South Africa is the fifty-fifth stop for this exhibition. After the opening in New York in 2015, it has now enjoyed what has nearly become a world tour, many of the venues being important photography festivals in countries including China, Nigeria, Australia, Guatemala and Bosnia and Herzegovina.
In bringing this exhibition to Cape Town the hope is that we can start our own inquiry into wealth inequality and be encouraged to constructively add to what Little had intended and initiated - a dialogue. Countless exhibitions hosted both nationally and internationally have addressed and denounced poverty, while few have investigated privilege. What sets Little’s exhibitions apart is that he deliberately chose to not investigate inequality through the lens of poverty.
South Africa is one of the most unequal societies in the world. Once known as a rainbow nation, with a democratically elected government, inequality continues to drive a widening wedge into our society with phrases like white privilege and decolonization becoming part our every day talk. Ironically this exhibition features no South African photographer (the only South African born photographer who was included in the original exhibition in New York did not want to participate in the exhibition in Cape Town).
It is rare that the history of an exhibition space contributes to the narrative of an exhibition. In the case of the Chavonnes Battery Museum it cannot be ignored. The museum is home to the archaeological ruins of a VOC (United East Indian Company) fort that had been buried for 140 years. The VOC was formed as a combination of mercantile organizations in 1602, when the Dutch government granted it a twenty one year monopoly on the Dutch spice trade. It is recognized to be the first multi-national and first chartered company to issue shares. It grew to become the largest trading and transport enterprise in the world before it was liquidated in 1795. Buried in 1860 when the harbour was built, the Battery was re-discovered in 1999 when BOE relocated to the V&A Waterfront which is currently the offices of Nedbank Private Wealth.
Little shares the genesis and details of how his exhibition developed in his curatorial statement which is presented in this exhibition space. His goal for this exhibition is also clear: “I want to reach as many people as possible: liberal and conservative, rich and poor, here and abroad,” Little says. “If you are at all concerned that the top one percent owns fifty percent of global wealth, or that six members of the Walton family own more wealth than the bottom forty percent of America, then this is the show for you.”
This exhibition has a potential audience reach of 99% of the world’s population; how then as cultural workers can and do we affect change? What is the worth of dialogue, and how does dialogue translate into change? Would this exhibition, after having been to fifty five venues across the world, have changed anything?

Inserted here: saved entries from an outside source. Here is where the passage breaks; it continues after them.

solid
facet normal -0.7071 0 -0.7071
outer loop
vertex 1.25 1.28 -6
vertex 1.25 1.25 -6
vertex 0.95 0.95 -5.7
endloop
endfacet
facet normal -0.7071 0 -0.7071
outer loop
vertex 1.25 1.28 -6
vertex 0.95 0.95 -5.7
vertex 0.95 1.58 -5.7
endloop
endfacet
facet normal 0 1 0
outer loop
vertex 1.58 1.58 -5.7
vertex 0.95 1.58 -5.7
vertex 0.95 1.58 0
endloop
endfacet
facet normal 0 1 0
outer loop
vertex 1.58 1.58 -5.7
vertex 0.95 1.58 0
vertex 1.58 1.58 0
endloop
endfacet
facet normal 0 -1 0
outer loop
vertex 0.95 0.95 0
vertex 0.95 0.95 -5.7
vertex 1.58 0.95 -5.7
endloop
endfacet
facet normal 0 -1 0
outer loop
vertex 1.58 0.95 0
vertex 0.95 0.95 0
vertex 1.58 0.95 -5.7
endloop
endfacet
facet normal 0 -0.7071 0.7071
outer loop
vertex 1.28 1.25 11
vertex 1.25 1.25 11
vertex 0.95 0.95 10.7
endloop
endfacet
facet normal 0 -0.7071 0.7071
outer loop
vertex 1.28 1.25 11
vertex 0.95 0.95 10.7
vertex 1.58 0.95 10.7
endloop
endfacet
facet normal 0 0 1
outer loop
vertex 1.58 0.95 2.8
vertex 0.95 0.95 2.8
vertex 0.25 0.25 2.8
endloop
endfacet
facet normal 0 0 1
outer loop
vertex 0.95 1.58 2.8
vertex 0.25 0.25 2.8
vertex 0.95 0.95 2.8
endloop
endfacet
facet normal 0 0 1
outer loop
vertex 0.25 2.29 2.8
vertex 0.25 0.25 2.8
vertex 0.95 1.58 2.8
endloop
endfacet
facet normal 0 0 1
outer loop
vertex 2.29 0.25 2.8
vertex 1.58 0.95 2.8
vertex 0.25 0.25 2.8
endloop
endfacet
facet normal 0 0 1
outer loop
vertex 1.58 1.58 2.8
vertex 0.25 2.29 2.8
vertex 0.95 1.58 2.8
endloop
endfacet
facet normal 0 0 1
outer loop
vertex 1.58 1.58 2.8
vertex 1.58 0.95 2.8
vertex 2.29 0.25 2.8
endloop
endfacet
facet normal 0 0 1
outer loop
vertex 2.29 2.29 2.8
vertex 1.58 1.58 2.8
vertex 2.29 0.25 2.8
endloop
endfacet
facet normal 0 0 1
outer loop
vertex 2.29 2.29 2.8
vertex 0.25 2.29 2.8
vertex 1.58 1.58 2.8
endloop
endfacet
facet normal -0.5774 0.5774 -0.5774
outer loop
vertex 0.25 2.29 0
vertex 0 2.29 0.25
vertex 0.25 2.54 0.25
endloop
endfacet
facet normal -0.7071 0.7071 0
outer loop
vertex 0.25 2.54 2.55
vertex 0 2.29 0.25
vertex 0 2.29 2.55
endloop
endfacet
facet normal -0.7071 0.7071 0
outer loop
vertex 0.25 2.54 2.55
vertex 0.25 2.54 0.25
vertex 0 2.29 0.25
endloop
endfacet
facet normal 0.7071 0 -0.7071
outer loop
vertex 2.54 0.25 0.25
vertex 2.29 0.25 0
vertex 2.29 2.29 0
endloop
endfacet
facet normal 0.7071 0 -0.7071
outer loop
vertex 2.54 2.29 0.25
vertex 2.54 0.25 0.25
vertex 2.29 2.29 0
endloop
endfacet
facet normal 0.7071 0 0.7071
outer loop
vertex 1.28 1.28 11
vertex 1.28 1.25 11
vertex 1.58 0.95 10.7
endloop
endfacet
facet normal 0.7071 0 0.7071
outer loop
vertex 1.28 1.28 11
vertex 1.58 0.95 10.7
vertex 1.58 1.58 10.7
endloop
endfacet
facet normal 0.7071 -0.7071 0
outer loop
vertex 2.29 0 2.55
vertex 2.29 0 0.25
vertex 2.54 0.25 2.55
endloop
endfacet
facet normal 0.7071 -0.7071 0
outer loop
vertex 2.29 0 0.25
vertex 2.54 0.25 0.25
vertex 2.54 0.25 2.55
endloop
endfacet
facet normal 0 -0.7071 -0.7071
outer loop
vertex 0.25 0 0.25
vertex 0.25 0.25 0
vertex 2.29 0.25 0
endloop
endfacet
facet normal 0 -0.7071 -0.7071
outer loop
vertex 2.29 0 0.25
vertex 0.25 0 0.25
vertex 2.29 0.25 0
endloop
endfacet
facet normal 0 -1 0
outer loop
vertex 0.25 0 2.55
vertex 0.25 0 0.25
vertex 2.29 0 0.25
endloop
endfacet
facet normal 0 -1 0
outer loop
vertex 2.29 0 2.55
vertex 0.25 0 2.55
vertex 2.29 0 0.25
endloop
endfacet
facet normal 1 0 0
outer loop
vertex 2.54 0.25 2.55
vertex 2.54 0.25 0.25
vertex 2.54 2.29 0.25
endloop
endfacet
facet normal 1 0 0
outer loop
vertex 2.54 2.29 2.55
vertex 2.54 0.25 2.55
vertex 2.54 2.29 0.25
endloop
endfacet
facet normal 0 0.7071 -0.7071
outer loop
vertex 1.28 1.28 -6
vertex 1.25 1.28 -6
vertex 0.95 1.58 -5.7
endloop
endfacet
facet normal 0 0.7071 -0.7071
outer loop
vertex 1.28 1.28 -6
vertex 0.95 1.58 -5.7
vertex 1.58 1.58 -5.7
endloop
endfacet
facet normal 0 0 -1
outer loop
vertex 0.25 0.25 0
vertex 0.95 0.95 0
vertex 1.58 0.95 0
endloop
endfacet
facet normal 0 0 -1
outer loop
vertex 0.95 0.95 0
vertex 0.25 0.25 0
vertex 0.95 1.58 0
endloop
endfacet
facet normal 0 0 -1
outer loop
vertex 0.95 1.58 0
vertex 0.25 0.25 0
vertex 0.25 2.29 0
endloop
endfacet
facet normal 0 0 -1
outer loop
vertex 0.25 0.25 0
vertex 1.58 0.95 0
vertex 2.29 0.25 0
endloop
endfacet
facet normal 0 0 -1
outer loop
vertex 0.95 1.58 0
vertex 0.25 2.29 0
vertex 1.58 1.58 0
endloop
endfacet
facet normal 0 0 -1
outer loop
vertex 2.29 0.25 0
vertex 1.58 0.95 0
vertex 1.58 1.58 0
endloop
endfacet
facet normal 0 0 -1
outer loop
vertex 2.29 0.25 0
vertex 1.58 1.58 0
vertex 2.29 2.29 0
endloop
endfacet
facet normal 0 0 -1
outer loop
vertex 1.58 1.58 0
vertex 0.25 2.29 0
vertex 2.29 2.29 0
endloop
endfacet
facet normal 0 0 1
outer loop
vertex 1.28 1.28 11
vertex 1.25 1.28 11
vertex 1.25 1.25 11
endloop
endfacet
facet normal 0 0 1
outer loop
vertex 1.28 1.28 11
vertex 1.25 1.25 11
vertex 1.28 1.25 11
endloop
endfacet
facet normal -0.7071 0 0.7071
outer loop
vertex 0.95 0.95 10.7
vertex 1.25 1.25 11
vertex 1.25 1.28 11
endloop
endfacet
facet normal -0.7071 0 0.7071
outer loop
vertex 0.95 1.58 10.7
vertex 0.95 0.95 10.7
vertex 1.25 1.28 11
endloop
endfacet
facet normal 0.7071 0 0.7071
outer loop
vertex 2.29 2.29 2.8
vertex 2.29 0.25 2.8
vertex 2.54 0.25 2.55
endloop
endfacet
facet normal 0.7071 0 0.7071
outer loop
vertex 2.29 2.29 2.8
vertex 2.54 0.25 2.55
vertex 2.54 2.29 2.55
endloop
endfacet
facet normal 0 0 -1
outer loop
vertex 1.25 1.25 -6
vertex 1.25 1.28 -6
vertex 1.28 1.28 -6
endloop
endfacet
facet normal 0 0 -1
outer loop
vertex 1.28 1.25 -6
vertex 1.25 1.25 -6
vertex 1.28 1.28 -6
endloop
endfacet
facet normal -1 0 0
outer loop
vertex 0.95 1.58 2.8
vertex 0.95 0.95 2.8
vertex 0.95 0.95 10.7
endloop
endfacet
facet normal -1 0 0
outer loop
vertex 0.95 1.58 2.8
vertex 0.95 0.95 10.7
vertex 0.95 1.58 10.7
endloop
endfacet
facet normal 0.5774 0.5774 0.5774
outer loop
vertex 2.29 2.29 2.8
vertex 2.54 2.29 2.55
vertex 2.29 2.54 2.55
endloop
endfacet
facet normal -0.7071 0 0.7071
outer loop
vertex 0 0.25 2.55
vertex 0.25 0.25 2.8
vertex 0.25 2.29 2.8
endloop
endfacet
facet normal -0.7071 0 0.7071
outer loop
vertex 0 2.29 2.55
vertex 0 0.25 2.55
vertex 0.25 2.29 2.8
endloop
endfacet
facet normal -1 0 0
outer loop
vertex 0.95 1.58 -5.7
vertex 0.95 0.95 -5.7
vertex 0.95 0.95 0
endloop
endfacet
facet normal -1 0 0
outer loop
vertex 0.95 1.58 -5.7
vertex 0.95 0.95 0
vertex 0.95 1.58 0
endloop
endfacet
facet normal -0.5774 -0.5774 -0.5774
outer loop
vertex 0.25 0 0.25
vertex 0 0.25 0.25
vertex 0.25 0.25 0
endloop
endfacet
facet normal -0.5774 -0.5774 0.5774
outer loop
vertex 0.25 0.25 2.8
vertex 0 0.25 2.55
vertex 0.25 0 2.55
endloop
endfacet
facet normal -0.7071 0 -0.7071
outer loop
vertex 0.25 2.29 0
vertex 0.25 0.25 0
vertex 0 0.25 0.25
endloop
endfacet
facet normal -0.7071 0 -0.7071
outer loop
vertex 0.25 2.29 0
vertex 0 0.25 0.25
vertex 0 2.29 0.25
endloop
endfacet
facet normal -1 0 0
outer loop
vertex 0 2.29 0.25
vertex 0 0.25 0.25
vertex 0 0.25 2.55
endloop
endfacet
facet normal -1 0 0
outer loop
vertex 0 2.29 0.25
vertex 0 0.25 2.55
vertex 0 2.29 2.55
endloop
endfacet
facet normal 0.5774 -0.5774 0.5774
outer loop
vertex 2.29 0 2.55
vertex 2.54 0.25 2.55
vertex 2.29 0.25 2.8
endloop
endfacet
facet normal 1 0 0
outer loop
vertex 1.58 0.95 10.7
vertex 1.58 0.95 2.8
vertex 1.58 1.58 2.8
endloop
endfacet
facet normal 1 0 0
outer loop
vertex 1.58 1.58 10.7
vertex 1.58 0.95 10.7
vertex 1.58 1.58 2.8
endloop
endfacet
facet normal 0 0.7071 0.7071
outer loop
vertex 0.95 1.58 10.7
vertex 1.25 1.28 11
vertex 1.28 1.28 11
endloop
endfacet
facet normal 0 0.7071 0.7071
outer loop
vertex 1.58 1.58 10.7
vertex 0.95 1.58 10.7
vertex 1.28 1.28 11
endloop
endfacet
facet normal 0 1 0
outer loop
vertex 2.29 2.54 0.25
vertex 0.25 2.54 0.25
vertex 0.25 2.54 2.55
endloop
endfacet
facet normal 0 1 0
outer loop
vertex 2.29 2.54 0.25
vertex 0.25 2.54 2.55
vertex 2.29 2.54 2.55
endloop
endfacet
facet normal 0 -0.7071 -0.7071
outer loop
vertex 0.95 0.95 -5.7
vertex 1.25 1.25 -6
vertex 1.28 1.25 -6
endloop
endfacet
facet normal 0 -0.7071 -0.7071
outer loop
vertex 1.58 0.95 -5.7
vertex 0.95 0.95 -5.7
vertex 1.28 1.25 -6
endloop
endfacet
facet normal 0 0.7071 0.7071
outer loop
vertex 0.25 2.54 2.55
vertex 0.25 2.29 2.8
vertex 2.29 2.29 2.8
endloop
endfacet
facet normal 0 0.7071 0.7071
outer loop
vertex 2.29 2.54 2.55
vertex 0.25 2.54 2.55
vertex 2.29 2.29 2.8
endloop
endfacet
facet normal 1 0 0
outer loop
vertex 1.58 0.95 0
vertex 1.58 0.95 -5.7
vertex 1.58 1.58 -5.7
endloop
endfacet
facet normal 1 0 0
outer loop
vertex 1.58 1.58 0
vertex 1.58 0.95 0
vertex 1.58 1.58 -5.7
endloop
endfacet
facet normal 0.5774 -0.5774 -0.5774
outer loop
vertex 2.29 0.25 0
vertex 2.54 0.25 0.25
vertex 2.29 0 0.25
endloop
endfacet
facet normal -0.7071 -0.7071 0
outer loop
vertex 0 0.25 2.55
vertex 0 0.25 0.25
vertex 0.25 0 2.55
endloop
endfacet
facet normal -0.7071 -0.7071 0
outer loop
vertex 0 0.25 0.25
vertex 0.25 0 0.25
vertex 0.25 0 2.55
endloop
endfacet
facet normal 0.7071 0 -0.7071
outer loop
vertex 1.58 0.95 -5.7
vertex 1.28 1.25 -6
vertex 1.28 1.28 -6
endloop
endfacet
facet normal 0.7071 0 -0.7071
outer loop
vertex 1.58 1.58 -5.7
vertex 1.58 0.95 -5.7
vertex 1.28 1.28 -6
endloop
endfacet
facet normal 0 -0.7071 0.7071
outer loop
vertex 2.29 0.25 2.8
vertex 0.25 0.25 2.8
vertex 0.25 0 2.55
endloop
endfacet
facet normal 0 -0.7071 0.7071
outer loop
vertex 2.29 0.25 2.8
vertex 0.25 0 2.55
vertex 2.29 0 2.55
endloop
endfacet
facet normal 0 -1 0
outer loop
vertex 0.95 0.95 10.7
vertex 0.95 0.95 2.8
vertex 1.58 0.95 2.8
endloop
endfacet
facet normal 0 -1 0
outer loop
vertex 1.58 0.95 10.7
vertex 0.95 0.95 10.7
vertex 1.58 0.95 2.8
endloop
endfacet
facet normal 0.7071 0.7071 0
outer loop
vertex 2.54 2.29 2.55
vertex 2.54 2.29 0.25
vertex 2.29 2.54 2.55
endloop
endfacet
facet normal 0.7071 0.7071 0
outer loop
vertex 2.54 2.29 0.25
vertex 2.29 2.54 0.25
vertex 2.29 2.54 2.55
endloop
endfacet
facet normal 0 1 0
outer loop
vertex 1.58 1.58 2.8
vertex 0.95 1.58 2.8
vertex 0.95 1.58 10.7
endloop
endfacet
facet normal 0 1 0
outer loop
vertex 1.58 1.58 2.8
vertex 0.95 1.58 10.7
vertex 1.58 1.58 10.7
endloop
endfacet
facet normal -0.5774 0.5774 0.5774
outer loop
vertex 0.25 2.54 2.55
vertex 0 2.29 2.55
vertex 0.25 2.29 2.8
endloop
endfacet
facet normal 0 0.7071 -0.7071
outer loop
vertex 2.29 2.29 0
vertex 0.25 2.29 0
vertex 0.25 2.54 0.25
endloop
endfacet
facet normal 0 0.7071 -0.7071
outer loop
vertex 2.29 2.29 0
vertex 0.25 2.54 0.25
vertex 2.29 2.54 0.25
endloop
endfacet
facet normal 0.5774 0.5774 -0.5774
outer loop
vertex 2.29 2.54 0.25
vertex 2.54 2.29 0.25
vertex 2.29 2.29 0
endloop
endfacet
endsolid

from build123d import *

# Parameters (mm, degrees)
BOX001_W        = 0.63
BOX001_H        = 0.63
BOX001_DEPTH    = 17
CHAMFER001_SIZE = 0.3
BOX_W           = 2.54
BOX_H           = 2.54
BOX_DEPTH       = 2.8
CHAMFER_SIZE    = 0.25


with BuildPart() as pin:
    # Box001 → Box001 (new body)
    with BuildSketch(Plane(origin=(-3, 0, 0), x_dir=(1, 0, 0), z_dir=(0, 0, 1))):
        with Locations((0.315, 0.315)):
            Rectangle(BOX001_W, BOX001_H)
    extrude(amount=BOX001_DEPTH)

    # Chamfer001
    chamfer001_edges = [pin.edges().sort_by_distance(p)[0] for p in [
        (-3, 0.315, 17),
        (-3, 0.315, 0),
        (-2.37, 0.315, 17),
        (-2.37, 0.315, 0),
        (-2.685, 0, 0),
        (-2.685, 0, 17),
        (-2.685, 0.63, 0),
        (-2.685, 0.63, 17),
    ]]
    chamfer(chamfer001_edges, length=CHAMFER001_SIZE)


with BuildPart() as pin_1:
    # Chamfer001 placement: moved
    add(pin.part.moved(Location((3.95, 0.95, -6))))


with BuildPart() as single_pin:
    # Box → Box (new body)
    with BuildSketch(Plane.XY):
        with Locations((1.27, 1.27)):
            Rectangle(BOX_W, BOX_H)
    extrude(amount=BOX_DEPTH)

    # Chamfer
    chamfer_edges = [single_pin.edges().sort_by_distance(p)[0] for p in [
        (0, 0, 1.4),
        (0, 1.27, 2.8),
        (0, 2.54, 1.4),
        (0, 1.27, 0),
        (2.54, 0, 1.4),
        (2.54, 1.27, 2.8),
        (2.54, 2.54, 1.4),
        (2.54, 1.27, 0),
        (1.27, 0, 0),
        (1.27, 0, 2.8),
        (1.27, 2.54, 0),
        (1.27, 2.54, 2.8),
    ]]
    chamfer(chamfer_edges, length=CHAMFER_SIZE)

    # Fusion: union Pin
    add(pin_1.part)


solid = single_pin.part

Indeed it has, by providing a visual reference of what privilege looks like - a rare view of a skewed world.
Ultimately this exhibition is a celebration of the medium of photography; a medium that is powerful, accessible and as Little likes to say “easily consumable” in spite of the fact that it attempts to raise public awareness about the deplorable state of our world. This dichotomy is exactly what makes photography such a powerful medium. Collectively, this collection of photographs through a zigzag of multiple modes of expression, present a composite image of what is considered the great moral issue of our time. We are extremely grateful to Myles Little and all the participating photographers who have so generously agreed to be part of this dialogue in Cape Town.
This is an invitation to now engage in this dialogue of privilege.